# Apparently Cat missed Perdido Pass



## ABC (Apr 20, 2008)

http://www.gulfcoastnewstoday.com/ar...02e3ab11f.html


----------



## BananaTom (Feb 16, 2008)

That pass has sunk some good captains in the past.


----------



## cody&ryand (Oct 3, 2007)

Ouch hate to hear that


----------



## sealark (Sep 27, 2007)

Been in and out many times in a 40 footer. It is very trickey and those sandbars shift and wash in and out on a regular basis. 8 kts and a radar was most likely a life saver for my old 40' boat


----------



## kent91 (Dec 22, 2015)

*Another boat wreck*

I never remember anyone hitting the jetty when I was young. But this is the second time I've heard about it. They're gonna have to end up runnin lights allll the way down the jetty to save these googans from runnin into em


http://www.gulfcoastnewstoday.com/area_news/article_b1e62e2c-39be-11e6-ba13-bf002e3ab11f.html


----------



## Splittine (Nov 24, 2007)

...


----------



## Deeplines (Sep 28, 2007)

Been there got the T- shirt....

I think about it a lot to this day and thank the Lord a lot that I'm alive today along with the other two.


----------



## bowfisher91 (Feb 19, 2008)

That's a bad day.


----------



## H2OMARK (Oct 2, 2007)

Deeplines said:


> Been there got the T- shirt....
> 
> I think about it a lot to this day and thank the Lord a lot that I'm alive today along with the other two.


 I remember that day (night) Buddy! To this day, Robert still doesn't remember it. 11 mph and the most violent collision I've ever been in.


----------



## JoeyWelch (Sep 25, 2009)

That pass is kinda deceiving after dark. I have a saved track that stays on my gps which I always follow at night.

I've seen several boats in those rocks over the years.


----------



## ABC (Apr 20, 2008)




----------



## 706Z (Mar 30, 2011)

jlw1972 said:


> That pass is kinda deceiving after dark.
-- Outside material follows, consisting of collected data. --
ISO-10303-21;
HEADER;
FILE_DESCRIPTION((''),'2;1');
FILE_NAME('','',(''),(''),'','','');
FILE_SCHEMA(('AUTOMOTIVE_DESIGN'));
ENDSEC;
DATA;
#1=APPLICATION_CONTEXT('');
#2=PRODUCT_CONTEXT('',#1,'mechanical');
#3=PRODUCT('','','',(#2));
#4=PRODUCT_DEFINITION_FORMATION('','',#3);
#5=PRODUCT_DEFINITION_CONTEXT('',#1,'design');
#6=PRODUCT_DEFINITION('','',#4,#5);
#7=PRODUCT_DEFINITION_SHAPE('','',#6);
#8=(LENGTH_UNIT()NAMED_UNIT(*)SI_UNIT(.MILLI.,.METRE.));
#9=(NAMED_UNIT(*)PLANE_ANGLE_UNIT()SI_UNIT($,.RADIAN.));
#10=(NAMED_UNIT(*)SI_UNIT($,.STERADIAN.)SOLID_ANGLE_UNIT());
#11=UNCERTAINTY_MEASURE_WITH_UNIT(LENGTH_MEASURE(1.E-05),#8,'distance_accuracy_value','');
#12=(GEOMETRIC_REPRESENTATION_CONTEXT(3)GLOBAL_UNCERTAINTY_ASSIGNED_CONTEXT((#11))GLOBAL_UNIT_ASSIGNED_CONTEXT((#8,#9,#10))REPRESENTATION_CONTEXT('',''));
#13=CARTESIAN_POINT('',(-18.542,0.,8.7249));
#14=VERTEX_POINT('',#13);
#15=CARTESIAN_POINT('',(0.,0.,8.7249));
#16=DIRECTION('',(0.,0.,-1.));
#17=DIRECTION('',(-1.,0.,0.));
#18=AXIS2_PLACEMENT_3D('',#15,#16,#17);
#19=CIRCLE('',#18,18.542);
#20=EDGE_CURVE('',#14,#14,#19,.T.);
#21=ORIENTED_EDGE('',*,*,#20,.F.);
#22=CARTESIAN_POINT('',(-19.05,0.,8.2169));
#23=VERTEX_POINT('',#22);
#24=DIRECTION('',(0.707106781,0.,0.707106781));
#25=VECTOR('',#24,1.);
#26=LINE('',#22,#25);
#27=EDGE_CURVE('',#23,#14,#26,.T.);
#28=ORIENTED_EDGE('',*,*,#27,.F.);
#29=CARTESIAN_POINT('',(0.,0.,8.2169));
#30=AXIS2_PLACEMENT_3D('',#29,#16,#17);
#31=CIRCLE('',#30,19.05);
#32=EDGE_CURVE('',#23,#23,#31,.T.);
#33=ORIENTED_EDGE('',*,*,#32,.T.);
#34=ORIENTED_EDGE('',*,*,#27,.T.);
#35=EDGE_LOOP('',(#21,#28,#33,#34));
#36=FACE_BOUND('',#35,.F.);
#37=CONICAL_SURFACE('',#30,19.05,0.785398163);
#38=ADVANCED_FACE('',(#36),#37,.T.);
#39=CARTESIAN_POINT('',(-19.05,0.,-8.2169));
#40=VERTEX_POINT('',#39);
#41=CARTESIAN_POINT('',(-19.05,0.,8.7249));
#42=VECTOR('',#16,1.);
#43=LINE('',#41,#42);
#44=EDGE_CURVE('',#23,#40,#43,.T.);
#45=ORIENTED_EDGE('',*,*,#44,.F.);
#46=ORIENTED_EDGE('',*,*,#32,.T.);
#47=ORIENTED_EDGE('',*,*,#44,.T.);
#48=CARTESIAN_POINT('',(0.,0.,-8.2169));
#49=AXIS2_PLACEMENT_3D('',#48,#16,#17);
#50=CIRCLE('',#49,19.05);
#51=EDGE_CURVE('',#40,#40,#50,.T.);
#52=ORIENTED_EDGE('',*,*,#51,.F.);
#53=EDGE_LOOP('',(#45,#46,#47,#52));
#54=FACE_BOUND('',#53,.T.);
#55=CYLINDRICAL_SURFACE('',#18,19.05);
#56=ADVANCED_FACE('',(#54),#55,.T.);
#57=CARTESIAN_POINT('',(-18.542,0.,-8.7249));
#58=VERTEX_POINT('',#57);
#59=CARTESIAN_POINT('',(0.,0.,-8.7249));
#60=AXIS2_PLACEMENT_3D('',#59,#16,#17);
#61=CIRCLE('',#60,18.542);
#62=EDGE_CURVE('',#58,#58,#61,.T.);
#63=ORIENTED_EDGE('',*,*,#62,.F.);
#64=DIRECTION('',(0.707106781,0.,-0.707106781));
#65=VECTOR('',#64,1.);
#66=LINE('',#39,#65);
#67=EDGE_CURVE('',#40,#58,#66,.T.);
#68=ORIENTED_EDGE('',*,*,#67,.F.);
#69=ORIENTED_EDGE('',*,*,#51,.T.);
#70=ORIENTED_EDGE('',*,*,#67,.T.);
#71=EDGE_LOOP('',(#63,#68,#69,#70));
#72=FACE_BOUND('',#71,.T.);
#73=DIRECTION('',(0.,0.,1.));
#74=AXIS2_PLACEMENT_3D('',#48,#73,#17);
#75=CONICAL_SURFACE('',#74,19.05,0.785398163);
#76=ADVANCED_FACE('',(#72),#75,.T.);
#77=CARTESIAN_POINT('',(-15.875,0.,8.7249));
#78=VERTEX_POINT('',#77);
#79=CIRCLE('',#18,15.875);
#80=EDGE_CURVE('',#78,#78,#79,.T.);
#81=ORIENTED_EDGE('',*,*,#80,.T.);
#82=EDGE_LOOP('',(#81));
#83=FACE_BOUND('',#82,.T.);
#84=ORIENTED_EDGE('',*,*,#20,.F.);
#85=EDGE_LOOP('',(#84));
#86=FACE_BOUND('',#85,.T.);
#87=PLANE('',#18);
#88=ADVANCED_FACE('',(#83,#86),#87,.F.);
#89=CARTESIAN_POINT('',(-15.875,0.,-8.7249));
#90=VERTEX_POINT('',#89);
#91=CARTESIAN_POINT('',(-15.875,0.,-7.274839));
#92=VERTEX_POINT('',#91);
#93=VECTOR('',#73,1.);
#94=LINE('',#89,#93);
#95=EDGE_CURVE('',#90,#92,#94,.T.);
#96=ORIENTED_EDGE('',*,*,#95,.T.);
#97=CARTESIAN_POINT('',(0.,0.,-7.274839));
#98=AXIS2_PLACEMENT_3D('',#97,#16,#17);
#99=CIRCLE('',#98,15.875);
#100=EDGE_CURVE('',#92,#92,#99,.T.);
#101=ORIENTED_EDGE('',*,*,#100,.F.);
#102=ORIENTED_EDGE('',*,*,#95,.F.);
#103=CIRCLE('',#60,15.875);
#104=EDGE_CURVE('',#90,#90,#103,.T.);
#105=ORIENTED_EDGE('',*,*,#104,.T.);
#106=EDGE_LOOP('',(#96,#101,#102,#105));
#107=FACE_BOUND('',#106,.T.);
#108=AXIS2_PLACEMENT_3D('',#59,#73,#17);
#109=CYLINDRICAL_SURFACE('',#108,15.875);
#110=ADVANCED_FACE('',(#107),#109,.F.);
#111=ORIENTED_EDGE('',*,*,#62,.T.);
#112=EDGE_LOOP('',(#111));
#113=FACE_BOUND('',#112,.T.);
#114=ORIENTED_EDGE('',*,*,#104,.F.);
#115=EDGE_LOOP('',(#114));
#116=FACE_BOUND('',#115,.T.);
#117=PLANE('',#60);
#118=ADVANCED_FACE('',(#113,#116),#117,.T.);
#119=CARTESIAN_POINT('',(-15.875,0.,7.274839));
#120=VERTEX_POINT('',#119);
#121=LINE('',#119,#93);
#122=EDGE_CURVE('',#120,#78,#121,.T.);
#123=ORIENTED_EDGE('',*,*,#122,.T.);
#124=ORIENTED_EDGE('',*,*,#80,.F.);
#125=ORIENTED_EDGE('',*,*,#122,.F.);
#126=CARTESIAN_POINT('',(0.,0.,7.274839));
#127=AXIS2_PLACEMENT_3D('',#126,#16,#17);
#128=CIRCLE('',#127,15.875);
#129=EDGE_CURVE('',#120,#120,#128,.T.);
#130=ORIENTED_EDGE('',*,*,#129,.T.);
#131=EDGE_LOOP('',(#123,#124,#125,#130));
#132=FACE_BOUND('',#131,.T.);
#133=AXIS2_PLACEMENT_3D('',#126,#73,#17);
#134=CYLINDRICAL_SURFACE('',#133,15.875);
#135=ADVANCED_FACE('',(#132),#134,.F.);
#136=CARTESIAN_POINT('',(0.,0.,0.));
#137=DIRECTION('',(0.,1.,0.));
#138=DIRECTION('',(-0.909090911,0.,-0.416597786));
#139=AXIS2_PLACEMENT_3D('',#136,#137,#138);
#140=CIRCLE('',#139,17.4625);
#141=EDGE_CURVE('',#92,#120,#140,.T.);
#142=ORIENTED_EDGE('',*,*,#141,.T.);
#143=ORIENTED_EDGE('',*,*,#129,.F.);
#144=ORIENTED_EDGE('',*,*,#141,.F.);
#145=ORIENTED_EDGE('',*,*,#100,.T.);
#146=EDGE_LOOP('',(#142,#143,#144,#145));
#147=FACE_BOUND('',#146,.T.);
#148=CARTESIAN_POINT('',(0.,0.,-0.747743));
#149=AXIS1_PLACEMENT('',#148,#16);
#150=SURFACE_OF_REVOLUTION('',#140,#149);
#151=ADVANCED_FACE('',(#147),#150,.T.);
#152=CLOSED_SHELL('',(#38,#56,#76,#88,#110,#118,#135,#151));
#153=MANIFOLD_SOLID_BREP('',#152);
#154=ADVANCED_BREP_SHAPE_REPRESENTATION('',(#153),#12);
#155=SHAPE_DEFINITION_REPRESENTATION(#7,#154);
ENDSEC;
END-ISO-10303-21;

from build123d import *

# Parameters (mm, degrees)
F2_SIZE = 0.508


with BuildPart() as f1:
    # F0 (on Front) → F1 (revolve)
    with BuildSketch(Plane.XZ):
        with BuildLine():
            Line((-19.05, 8.7249), (-19.05, -8.7249))
            Line((-19.05, -8.7249), (-15.875, -8.7249))
            Line((-15.875, -8.7249), (-15.875, -7.274839))
            ThreePointArc((-15.875, -7.274839), (-17.4625, 0), (-15.875, 7.274839))
            Line((-15.875, 7.274839), (-15.875, 8.7249))
            Line((-15.875, 8.7249), (-19.05, 8.7249))
        make_face()
    revolve(axis=Axis((0, 0, -0.747743), (0, 0, -1)))

    # F2
    f2_edges = [f1.edges().sort_by_distance(p)[0] for p in [
        (19.05, 0, 8.7249),
        (19.05, 0, -8.7249),
    ]]
    chamfer(f2_edges, length=F2_SIZE)


solid = f1.part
I have a saved track that stays on my gps which I always follow at night.
> 
> I've seen several boats in those rocks over the years.


THIS^^^^^^^^^^^^^^^^^^I have ran through this pass a lot at night,hell, even the owner of the boat i ran charters on hit the rocks and almost sunk the boat before he made it to ZEKE's!Happens a lot!:yes:


----------



## daniel9829 (Jan 31, 2009)

Just a question? Of course no one knows yet how much damage is done. Are these type of damages able to repair the damage?


----------



## Chapman5011 (Mar 7, 2013)

I believe the issue is following a gps and not being familiar with he pass after dark.
If you come into the pass from offshore and use either the center of the pass or the bridge as your destination point, the gps will lead you straight into the jettie island. Which is another reason those red and green flashing lights are at the pass entrance. If you stay within the red and green light, this would not have happened.


----------



## Chapman5011 (Mar 7, 2013)

daniel9829 said:


> Just a question? Of course no one knows yet how much damage is done. Are these type of damages able to repair the damage?


Money can repair anything. 
But he may have some severe structural damage. Then again, he may just need some fiberglass repair.


----------



## H2OMARK (Oct 2, 2007)

daniel9829 said:


> Just a question? Of course no one knows yet how much damage is done. Are these type of damages able to repair the damage?


 Depends on if the owner wants to. Mine was a tad under $10K but it was worth it to me to have repaired. Gentleman in Milton named Marshall Stewart did the repairs and you wouldn't even know it happened unless you look real close.


----------



## Chapman5011 (Mar 7, 2013)

Motors should still be good


----------



## NoMoSurf (Oct 2, 2007)

Chapman5011 said:


> Money can repair anything.
> But he may have some severe structural damage. Then again, he may just need some fiberglass repair.


Duct Tape and maybe a tube of JB Marine Weld. :yes:


----------



## sureicanfish (Sep 30, 2007)

One thing is fo sho! That guy will never hit the jetty again, in that boat, a new boat, or anyone else's boat!


----------



## JoeyWelch (Sep 25, 2009)

Looks like the boat has Radar. Makes you wonder....


----------



## MrFish (Aug 21, 2009)

jlw1972 said:


> Looks like the boat has Radar. Makes you wonder....


So did ********....


----------



## kent91 (Dec 22, 2015)

jlw1972 said:


> Looks like the boat has Radar. Makes you wonder....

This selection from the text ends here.